What the exercise asks: Retype word for word the lines of the data below, from the first to the one bearing "f 4 101 102", with that one included.

Exercise material:
——
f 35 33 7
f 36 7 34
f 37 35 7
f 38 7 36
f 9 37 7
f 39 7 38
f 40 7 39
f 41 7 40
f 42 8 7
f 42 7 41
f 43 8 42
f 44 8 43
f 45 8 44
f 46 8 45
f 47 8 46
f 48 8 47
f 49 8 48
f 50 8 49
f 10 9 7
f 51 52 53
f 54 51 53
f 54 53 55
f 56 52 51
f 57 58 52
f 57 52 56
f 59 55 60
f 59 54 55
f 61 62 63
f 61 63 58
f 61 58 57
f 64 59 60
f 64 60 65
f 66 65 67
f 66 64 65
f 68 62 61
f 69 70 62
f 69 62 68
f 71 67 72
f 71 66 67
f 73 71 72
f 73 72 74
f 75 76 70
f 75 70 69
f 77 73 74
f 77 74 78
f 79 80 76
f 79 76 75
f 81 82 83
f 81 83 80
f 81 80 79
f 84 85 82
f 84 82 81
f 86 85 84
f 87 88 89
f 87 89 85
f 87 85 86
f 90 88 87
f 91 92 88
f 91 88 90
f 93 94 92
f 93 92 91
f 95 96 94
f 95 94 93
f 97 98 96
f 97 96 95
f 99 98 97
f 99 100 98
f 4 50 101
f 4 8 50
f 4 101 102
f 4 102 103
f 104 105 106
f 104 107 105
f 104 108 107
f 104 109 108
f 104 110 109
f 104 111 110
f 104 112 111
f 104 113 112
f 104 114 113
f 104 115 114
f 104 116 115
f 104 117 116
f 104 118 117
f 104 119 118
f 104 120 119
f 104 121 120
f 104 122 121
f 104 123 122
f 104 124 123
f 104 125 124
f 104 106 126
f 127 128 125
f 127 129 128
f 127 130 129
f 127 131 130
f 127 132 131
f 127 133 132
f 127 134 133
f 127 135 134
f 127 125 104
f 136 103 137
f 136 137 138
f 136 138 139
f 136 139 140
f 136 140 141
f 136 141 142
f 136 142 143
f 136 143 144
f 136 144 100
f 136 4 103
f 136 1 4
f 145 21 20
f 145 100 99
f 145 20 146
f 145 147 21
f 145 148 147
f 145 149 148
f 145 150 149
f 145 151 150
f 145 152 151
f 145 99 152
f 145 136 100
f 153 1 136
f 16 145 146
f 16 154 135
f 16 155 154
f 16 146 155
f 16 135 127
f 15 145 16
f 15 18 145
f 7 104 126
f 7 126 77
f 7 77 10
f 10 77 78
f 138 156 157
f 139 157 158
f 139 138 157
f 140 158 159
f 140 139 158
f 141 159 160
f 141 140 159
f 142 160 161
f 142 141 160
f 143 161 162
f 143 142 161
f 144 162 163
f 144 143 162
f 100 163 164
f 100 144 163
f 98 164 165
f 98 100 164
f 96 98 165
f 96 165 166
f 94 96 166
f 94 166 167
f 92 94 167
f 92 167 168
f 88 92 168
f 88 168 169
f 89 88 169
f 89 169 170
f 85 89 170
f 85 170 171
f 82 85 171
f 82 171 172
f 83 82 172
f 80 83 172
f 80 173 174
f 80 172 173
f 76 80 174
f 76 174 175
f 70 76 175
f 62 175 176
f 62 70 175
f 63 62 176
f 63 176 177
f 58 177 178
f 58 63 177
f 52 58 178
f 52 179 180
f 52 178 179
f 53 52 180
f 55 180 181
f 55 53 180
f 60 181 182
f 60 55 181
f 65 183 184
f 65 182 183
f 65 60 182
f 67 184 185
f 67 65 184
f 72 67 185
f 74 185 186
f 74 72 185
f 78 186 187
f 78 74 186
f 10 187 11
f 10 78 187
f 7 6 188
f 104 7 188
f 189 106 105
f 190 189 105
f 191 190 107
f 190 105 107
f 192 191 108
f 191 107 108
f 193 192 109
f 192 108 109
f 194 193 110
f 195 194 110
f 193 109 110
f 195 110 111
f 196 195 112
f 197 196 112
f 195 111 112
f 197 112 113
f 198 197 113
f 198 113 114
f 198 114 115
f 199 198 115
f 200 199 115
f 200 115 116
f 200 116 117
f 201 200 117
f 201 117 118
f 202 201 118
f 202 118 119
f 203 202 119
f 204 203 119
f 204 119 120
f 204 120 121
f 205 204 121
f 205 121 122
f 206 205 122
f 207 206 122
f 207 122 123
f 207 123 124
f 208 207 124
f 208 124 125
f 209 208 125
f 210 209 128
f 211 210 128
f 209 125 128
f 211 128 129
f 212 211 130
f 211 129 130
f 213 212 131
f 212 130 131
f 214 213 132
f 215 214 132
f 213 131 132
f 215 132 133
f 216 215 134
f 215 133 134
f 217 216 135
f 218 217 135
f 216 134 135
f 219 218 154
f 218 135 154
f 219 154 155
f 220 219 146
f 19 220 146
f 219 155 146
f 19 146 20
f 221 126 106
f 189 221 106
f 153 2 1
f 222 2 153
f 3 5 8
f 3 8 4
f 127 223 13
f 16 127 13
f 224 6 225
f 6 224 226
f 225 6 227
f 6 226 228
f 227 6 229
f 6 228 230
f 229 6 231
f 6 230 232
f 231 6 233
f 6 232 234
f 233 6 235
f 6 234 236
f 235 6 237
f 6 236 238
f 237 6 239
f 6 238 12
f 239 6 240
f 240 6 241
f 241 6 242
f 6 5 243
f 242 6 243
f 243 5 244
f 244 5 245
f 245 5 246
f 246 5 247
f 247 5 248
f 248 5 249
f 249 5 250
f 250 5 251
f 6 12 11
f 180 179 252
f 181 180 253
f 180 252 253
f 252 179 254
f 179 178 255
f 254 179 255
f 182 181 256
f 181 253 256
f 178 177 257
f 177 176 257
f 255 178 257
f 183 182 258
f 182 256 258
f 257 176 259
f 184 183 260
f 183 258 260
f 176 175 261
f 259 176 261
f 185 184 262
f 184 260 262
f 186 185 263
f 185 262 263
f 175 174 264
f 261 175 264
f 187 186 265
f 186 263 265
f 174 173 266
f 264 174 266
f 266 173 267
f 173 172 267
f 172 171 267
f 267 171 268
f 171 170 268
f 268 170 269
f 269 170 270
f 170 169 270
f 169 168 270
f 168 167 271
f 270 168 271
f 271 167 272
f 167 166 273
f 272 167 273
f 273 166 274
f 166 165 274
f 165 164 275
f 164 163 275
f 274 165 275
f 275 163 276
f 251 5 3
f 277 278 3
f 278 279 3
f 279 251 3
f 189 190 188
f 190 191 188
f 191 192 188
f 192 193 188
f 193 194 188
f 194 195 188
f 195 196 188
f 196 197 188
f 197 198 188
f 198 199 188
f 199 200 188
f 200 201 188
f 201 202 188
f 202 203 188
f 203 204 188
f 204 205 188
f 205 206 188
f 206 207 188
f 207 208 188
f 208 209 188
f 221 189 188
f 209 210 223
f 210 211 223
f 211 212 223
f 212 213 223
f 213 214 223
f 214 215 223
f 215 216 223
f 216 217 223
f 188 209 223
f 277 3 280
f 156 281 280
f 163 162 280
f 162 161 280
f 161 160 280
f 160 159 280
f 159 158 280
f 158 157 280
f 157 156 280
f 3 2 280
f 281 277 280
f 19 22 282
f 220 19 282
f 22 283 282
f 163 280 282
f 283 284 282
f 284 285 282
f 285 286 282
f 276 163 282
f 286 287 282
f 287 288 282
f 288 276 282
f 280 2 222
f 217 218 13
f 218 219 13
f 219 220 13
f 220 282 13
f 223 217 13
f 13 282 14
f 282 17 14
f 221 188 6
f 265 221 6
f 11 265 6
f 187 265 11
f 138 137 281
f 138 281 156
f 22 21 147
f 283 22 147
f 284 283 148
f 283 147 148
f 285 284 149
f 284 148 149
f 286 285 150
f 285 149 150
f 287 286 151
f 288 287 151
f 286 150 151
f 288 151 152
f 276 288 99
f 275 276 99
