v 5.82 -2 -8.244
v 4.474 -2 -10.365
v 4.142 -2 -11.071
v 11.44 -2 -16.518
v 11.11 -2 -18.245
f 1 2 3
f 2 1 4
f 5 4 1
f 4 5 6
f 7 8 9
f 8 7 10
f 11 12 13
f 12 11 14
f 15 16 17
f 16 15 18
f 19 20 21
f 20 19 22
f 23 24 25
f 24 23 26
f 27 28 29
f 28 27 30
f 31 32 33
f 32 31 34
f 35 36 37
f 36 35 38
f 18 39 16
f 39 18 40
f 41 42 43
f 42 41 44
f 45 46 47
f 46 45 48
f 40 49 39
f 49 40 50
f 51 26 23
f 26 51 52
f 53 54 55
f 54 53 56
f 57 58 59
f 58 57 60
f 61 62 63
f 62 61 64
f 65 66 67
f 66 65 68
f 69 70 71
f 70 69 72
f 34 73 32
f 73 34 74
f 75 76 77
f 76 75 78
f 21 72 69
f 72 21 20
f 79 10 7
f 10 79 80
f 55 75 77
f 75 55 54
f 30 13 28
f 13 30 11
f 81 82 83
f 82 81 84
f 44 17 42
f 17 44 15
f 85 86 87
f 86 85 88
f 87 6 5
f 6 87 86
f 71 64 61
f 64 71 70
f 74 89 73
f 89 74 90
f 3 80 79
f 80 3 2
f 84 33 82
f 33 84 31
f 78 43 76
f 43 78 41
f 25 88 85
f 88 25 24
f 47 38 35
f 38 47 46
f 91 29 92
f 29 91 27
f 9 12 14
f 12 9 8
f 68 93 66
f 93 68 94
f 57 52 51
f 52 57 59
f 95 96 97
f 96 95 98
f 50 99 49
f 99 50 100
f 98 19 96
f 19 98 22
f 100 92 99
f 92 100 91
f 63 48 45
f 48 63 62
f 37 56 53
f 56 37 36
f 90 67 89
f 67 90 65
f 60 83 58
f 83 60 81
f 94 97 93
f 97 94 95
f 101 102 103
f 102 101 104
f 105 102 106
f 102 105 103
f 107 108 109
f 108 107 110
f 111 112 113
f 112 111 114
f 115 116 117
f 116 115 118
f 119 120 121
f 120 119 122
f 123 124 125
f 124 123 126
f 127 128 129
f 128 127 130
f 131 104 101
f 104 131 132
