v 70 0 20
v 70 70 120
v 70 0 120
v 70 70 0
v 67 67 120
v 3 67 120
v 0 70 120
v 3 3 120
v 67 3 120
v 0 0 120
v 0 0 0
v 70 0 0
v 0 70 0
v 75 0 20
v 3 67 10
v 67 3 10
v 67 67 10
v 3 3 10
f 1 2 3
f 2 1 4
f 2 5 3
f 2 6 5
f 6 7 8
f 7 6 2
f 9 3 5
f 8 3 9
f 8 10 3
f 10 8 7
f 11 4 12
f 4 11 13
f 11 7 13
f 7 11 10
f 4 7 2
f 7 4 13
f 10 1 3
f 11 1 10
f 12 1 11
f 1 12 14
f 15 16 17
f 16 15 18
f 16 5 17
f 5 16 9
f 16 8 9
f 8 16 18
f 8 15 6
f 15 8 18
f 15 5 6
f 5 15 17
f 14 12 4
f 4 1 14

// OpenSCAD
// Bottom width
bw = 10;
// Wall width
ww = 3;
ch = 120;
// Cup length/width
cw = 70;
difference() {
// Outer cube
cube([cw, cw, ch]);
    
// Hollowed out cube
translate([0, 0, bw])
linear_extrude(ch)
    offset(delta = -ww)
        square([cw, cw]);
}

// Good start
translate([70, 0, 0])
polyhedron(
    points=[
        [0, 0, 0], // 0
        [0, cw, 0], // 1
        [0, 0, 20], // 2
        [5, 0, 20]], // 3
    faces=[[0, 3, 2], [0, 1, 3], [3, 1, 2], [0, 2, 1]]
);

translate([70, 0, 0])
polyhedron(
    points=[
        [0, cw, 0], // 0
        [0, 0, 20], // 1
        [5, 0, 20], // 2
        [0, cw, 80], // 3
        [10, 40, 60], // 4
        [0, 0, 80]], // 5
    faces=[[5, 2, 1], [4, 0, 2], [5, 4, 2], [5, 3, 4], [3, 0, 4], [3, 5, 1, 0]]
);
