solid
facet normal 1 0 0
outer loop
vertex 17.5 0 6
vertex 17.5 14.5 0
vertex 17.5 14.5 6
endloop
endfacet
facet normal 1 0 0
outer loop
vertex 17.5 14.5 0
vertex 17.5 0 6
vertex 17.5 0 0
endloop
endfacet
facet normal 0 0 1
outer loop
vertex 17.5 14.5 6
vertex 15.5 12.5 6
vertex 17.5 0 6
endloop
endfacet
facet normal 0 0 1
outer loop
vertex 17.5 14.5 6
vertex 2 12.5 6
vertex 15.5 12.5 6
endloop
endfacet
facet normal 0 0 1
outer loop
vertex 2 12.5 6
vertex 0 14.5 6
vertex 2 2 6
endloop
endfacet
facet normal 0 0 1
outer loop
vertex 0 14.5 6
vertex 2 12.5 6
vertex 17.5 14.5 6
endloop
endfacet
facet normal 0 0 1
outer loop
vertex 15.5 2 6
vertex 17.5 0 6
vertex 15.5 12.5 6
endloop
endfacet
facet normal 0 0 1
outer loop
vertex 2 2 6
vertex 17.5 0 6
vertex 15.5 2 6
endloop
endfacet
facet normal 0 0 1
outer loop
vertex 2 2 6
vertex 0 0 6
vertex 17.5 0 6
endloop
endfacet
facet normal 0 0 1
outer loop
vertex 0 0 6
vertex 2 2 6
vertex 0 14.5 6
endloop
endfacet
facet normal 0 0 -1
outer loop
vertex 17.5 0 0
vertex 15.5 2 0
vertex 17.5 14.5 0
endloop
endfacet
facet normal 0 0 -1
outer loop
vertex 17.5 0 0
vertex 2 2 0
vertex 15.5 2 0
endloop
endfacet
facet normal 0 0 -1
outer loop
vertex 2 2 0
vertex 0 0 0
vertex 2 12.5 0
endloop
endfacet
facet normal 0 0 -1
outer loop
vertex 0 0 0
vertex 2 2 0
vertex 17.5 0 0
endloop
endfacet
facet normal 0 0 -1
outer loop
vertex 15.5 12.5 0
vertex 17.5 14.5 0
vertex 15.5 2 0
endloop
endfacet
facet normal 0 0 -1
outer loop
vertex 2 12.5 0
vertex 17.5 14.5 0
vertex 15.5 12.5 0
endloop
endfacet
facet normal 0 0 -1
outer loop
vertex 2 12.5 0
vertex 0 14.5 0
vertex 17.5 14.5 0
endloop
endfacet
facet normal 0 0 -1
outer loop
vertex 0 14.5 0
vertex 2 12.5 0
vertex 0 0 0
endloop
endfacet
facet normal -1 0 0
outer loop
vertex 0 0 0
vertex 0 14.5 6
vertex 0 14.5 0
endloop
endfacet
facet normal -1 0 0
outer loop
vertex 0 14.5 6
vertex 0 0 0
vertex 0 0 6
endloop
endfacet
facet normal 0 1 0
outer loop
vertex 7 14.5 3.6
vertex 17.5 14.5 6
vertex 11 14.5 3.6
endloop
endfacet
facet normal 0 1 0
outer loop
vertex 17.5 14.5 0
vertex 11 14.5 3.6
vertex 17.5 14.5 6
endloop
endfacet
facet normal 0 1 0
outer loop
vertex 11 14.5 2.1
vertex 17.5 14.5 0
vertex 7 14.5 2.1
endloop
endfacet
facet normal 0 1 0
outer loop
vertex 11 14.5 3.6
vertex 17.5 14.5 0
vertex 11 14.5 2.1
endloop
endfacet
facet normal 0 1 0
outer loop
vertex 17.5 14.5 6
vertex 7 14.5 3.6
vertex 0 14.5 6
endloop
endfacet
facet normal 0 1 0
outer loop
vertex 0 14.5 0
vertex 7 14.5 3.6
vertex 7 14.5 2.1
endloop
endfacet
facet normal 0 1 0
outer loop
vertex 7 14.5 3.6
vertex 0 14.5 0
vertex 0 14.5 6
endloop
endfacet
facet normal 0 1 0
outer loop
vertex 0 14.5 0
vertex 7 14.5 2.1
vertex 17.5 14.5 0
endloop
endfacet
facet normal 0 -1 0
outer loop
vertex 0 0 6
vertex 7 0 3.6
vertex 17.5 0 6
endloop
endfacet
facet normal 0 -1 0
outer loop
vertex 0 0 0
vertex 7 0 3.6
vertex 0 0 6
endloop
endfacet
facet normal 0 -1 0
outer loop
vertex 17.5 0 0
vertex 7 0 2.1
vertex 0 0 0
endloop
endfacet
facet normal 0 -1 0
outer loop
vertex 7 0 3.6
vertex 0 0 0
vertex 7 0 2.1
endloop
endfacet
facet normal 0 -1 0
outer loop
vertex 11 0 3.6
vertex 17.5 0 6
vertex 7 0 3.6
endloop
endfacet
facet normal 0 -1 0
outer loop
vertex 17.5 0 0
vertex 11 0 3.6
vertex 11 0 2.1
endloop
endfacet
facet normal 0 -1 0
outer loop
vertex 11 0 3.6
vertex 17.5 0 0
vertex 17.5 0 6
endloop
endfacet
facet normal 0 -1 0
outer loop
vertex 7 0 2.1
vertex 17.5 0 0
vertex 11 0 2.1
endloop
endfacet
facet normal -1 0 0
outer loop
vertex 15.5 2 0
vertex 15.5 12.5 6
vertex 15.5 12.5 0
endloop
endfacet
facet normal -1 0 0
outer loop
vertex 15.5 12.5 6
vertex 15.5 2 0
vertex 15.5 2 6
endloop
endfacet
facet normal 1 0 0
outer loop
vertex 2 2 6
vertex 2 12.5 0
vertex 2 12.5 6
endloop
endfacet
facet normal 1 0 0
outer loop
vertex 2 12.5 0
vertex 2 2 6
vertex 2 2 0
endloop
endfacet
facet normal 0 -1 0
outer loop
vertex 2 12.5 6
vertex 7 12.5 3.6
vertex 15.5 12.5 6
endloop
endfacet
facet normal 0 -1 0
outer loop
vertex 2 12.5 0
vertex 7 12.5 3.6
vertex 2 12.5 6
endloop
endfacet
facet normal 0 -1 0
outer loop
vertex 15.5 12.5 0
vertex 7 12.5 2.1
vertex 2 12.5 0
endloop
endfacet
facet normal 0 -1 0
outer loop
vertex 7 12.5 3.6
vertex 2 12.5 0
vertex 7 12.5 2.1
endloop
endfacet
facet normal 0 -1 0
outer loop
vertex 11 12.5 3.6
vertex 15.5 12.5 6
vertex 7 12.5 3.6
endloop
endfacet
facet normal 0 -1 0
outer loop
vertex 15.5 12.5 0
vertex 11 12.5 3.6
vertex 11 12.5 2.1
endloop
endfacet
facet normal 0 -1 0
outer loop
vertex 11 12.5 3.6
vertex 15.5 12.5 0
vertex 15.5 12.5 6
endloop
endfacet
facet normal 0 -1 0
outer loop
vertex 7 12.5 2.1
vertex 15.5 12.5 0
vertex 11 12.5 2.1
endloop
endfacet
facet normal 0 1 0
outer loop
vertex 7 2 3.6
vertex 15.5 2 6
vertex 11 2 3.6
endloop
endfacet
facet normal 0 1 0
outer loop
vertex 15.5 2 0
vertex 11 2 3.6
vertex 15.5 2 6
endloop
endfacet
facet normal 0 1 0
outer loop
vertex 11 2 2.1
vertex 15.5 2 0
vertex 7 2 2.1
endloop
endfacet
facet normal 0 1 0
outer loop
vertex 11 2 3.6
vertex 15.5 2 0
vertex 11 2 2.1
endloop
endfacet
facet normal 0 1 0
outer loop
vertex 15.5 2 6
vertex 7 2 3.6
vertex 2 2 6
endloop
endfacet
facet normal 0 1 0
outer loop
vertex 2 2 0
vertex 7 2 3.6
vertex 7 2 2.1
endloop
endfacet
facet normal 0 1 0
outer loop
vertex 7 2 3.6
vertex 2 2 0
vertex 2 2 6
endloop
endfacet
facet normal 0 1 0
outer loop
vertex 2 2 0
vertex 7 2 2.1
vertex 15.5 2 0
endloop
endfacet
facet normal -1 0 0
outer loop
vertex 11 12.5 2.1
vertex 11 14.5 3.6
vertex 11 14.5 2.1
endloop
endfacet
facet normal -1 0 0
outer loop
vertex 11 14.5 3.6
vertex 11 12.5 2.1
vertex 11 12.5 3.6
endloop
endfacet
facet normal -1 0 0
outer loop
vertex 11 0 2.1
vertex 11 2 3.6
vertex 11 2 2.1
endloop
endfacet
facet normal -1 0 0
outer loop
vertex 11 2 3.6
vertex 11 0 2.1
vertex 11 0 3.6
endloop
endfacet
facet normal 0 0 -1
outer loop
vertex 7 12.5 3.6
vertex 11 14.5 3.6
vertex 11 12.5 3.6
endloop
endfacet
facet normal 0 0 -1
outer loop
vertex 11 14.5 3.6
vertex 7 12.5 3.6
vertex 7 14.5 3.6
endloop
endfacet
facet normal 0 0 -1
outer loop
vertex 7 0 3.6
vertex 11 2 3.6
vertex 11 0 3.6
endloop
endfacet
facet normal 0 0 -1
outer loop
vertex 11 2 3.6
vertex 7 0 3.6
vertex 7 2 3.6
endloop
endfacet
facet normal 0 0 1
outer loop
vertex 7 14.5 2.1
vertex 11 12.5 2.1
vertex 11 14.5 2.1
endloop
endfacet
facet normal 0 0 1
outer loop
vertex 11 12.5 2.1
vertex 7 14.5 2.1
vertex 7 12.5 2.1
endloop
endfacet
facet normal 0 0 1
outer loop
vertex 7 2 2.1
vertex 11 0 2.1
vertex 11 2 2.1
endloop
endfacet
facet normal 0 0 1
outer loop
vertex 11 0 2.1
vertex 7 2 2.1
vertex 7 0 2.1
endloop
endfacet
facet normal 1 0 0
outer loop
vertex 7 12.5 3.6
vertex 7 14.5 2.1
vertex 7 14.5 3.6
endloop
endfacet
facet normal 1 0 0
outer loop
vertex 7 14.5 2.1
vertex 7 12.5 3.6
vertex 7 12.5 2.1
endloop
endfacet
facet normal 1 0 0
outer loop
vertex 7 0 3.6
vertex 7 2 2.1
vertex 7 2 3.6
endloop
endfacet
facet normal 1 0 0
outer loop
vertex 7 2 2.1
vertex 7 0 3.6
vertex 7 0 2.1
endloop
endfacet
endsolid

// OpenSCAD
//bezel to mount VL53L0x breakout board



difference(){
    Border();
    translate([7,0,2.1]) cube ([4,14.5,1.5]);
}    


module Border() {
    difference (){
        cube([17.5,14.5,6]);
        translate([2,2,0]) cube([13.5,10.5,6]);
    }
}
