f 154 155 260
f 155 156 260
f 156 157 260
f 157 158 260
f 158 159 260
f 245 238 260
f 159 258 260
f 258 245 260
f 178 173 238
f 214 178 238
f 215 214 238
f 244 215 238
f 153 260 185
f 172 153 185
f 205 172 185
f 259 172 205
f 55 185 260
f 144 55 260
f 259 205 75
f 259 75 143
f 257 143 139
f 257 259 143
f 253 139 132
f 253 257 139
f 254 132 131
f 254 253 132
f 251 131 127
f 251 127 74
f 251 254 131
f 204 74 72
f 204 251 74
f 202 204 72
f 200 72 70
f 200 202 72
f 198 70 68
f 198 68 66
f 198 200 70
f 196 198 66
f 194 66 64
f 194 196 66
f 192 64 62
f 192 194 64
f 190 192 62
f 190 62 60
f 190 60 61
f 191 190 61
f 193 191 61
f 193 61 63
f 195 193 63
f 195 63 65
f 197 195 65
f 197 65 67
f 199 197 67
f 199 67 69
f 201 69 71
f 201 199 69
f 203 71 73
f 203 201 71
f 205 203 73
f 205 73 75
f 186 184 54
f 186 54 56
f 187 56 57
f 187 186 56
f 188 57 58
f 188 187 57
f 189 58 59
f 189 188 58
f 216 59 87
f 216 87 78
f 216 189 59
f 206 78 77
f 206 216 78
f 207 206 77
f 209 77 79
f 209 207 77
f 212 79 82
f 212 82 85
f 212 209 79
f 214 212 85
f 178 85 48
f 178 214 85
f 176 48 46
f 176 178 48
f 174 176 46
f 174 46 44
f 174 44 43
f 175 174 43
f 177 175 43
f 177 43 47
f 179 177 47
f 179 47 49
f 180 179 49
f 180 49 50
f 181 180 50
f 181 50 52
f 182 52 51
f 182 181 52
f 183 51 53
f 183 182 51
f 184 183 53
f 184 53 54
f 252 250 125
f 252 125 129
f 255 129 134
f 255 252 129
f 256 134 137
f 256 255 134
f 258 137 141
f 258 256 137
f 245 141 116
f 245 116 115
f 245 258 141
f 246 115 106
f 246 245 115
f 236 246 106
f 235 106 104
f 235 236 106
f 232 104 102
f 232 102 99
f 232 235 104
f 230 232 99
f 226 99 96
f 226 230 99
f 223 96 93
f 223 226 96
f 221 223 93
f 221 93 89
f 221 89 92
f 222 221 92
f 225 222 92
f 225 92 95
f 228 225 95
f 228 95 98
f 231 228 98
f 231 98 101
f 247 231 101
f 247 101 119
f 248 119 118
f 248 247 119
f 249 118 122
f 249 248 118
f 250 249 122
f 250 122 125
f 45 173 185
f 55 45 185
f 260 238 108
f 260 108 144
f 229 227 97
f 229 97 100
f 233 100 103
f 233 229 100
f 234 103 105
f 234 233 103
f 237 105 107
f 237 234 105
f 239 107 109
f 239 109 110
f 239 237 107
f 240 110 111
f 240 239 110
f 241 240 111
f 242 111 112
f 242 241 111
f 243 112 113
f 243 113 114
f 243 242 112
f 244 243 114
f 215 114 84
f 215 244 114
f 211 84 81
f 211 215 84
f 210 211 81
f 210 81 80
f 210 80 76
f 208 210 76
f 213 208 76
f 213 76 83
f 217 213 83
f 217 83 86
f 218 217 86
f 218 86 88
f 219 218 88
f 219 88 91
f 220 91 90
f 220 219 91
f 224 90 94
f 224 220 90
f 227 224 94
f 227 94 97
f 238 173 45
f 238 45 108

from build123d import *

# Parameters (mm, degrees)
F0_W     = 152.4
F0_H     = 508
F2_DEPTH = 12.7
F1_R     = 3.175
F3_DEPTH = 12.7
——
Answer for the task:
f 35 33 7
f 36 7 34
f 37 35 7
f 38 7 36
f 9 37 7
f 39 7 38
f 40 7 39
f 41 7 40
f 42 8 7
f 42 7 41
f 43 8 42
f 44 8 43
f 45 8 44
f 46 8 45
f 47 8 46
f 48 8 47
f 49 8 48
f 50 8 49
f 10 9 7
f 51 52 53
f 54 51 53
f 54 53 55
f 56 52 51
f 57 58 52
f 57 52 56
f 59 55 60
f 59 54 55
f 61 62 63
f 61 63 58
f 61 58 57
f 64 59 60
f 64 60 65
f 66 65 67
f 66 64 65
f 68 62 61
f 69 70 62
f 69 62 68
f 71 67 72
f 71 66 67
f 73 71 72
f 73 72 74
f 75 76 70
f 75 70 69
f 77 73 74
f 77 74 78
f 79 80 76
f 79 76 75
f 81 82 83
f 81 83 80
f 81 80 79
f 84 85 82
f 84 82 81
f 86 85 84
f 87 88 89
f 87 89 85
f 87 85 86
f 90 88 87
f 91 92 88
f 91 88 90
f 93 94 92
f 93 92 91
f 95 96 94
f 95 94 93
f 97 98 96
f 97 96 95
f 99 98 97
f 99 100 98
f 4 50 101
f 4 8 50
f 4 101 102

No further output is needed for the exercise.